■ EXERCISE PROMPT:
Return exactly the lines below, starting with the one that has "f 101 99 200" and going on through the one that has "f 102 198 216".

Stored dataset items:

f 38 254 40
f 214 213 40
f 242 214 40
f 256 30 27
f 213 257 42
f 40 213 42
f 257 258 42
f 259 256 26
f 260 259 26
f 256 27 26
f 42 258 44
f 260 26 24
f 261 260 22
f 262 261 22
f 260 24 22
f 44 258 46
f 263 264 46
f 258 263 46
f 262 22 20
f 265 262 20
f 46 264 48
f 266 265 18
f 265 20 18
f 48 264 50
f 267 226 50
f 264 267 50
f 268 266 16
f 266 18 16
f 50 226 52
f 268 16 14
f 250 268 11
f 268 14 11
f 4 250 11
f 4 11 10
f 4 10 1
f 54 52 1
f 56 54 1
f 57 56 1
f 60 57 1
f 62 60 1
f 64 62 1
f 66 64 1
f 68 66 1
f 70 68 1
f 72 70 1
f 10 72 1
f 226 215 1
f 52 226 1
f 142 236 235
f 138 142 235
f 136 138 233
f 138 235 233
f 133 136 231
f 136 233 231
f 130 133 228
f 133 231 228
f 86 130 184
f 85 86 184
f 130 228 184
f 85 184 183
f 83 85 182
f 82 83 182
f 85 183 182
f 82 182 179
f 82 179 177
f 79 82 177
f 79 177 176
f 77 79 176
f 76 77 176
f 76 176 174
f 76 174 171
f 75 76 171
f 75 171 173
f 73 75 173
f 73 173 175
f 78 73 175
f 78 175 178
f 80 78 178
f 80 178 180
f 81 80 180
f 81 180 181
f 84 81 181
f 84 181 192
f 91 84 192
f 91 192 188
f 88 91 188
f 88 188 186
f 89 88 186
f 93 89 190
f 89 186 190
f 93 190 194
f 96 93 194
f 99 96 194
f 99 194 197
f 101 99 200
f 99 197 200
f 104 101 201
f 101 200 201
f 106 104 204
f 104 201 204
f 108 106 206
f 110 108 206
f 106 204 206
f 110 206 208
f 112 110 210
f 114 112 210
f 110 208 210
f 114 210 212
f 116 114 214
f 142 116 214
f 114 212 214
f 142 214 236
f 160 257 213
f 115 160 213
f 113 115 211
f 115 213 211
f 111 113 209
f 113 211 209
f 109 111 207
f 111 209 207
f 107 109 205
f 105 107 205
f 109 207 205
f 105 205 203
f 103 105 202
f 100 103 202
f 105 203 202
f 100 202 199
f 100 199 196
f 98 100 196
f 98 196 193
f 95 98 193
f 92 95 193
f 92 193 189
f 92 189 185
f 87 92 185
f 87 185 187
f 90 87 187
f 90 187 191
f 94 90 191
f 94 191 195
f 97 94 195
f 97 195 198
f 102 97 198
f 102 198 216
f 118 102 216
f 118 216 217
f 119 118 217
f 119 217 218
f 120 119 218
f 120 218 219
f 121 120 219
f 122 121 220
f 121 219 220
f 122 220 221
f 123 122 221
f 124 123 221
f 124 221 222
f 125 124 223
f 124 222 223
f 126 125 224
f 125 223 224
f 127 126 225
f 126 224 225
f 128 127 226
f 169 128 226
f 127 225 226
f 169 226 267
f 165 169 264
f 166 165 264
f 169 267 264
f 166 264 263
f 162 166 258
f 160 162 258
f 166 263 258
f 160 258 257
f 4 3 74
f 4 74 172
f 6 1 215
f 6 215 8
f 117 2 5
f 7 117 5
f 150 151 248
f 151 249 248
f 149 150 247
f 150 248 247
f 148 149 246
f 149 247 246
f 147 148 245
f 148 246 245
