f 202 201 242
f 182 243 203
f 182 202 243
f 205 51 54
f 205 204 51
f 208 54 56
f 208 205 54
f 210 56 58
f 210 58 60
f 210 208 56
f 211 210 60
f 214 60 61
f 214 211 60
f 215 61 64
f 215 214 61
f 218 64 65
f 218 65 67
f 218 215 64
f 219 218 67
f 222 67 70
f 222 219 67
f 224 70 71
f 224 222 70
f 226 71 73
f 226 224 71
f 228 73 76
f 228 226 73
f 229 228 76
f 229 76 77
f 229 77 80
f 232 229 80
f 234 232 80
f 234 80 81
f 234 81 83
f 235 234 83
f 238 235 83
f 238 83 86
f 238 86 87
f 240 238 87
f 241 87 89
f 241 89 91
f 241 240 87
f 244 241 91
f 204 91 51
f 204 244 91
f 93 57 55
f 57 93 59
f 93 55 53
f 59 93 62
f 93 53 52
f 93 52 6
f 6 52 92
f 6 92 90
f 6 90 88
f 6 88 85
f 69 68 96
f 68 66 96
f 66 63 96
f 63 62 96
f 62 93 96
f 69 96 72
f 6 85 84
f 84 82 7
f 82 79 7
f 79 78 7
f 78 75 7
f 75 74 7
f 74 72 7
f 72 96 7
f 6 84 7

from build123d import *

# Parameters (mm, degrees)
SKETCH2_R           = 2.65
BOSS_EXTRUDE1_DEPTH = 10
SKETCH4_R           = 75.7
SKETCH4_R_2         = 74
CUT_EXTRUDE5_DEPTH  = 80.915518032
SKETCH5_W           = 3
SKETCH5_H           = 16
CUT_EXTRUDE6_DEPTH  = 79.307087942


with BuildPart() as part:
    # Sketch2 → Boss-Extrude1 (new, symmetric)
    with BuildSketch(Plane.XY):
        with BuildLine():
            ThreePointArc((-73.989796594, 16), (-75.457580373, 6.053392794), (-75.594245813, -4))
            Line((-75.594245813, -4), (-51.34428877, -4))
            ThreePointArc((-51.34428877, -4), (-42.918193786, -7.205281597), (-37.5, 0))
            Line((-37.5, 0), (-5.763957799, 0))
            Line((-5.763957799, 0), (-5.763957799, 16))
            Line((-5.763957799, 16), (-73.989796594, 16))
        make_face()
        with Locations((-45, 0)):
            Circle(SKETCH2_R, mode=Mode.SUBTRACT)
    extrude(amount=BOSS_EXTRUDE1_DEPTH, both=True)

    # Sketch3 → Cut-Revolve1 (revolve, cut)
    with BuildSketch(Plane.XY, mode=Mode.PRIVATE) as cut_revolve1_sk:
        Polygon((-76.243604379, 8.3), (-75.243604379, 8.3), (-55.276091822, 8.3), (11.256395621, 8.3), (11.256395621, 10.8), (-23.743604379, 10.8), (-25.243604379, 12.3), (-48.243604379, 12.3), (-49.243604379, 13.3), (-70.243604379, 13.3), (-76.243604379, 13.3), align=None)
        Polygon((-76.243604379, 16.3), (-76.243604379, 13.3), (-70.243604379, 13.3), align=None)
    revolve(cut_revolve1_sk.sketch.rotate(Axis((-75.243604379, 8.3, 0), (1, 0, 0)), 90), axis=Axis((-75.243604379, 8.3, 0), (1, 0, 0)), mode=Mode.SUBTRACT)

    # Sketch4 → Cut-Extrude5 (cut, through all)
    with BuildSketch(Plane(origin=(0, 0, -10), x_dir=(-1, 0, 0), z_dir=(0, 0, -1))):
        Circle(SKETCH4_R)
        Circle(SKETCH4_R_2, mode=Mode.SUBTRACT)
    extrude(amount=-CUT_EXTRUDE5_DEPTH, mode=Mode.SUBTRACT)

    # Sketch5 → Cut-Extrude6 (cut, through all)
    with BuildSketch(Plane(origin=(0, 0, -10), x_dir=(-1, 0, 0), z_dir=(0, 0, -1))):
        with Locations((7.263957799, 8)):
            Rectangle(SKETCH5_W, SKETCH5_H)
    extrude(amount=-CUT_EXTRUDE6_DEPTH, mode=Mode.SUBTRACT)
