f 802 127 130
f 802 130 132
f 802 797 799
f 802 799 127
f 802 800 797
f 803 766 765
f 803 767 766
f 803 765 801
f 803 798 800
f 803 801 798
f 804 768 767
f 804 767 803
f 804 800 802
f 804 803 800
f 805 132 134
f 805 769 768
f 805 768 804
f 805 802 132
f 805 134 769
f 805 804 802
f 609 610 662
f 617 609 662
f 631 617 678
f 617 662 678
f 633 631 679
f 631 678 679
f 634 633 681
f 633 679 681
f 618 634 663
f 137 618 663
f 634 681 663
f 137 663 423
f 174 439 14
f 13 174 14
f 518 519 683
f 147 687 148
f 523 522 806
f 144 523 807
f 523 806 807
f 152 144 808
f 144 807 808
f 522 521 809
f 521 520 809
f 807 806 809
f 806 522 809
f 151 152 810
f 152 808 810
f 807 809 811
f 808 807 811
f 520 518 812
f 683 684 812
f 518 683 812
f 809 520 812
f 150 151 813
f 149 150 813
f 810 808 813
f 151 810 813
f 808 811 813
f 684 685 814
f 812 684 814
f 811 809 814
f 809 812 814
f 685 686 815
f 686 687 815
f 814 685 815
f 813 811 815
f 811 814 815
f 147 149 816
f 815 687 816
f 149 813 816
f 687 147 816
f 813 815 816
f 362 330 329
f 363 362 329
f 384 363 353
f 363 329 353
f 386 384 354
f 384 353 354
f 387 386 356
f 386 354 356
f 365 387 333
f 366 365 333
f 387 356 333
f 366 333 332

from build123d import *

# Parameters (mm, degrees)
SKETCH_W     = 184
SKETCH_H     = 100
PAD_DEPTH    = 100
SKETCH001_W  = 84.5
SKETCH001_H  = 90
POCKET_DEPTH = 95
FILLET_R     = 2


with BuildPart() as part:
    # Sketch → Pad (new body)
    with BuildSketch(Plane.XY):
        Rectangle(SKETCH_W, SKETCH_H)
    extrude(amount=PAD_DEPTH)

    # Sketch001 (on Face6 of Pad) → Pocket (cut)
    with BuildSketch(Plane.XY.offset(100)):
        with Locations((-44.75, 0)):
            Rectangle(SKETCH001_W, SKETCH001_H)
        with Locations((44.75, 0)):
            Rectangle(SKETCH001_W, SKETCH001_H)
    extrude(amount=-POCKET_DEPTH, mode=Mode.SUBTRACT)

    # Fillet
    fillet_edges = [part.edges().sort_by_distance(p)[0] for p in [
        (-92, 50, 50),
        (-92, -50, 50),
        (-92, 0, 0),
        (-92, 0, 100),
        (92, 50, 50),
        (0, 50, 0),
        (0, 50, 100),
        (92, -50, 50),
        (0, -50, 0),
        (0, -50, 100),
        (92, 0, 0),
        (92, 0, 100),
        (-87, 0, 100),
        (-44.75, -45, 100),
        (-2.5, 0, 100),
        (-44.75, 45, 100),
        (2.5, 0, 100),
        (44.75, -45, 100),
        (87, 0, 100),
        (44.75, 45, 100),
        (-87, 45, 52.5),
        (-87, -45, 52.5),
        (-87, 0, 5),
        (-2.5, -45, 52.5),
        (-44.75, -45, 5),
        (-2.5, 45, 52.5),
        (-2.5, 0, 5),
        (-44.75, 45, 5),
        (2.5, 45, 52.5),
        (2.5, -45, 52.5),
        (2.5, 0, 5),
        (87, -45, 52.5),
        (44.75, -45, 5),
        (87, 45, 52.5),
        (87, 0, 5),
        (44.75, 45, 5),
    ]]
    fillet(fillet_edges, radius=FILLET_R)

■ RESPONSE:
f 101 99 200
f 99 197 200
f 104 101 201
f 101 200 201
f 106 104 204
f 104 201 204
f 108 106 206
f 110 108 206
f 106 204 206
f 110 206 208
f 112 110 210
f 114 112 210
f 110 208 210
f 114 210 212
f 116 114 214
f 142 116 214
f 114 212 214
f 142 214 236
f 160 257 213
f 115 160 213
f 113 115 211
f 115 213 211
f 111 113 209
f 113 211 209
f 109 111 207
f 111 209 207
f 107 109 205
f 105 107 205
f 109 207 205
f 105 205 203
f 103 105 202
f 100 103 202
f 105 203 202
f 100 202 199
f 100 199 196
f 98 100 196
f 98 196 193
f 95 98 193
f 92 95 193
f 92 193 189
f 92 189 185
f 87 92 185
f 87 185 187
f 90 87 187
f 90 187 191
f 94 90 191
f 94 191 195
f 97 94 195
f 97 195 198
f 102 97 198
f 102 198 216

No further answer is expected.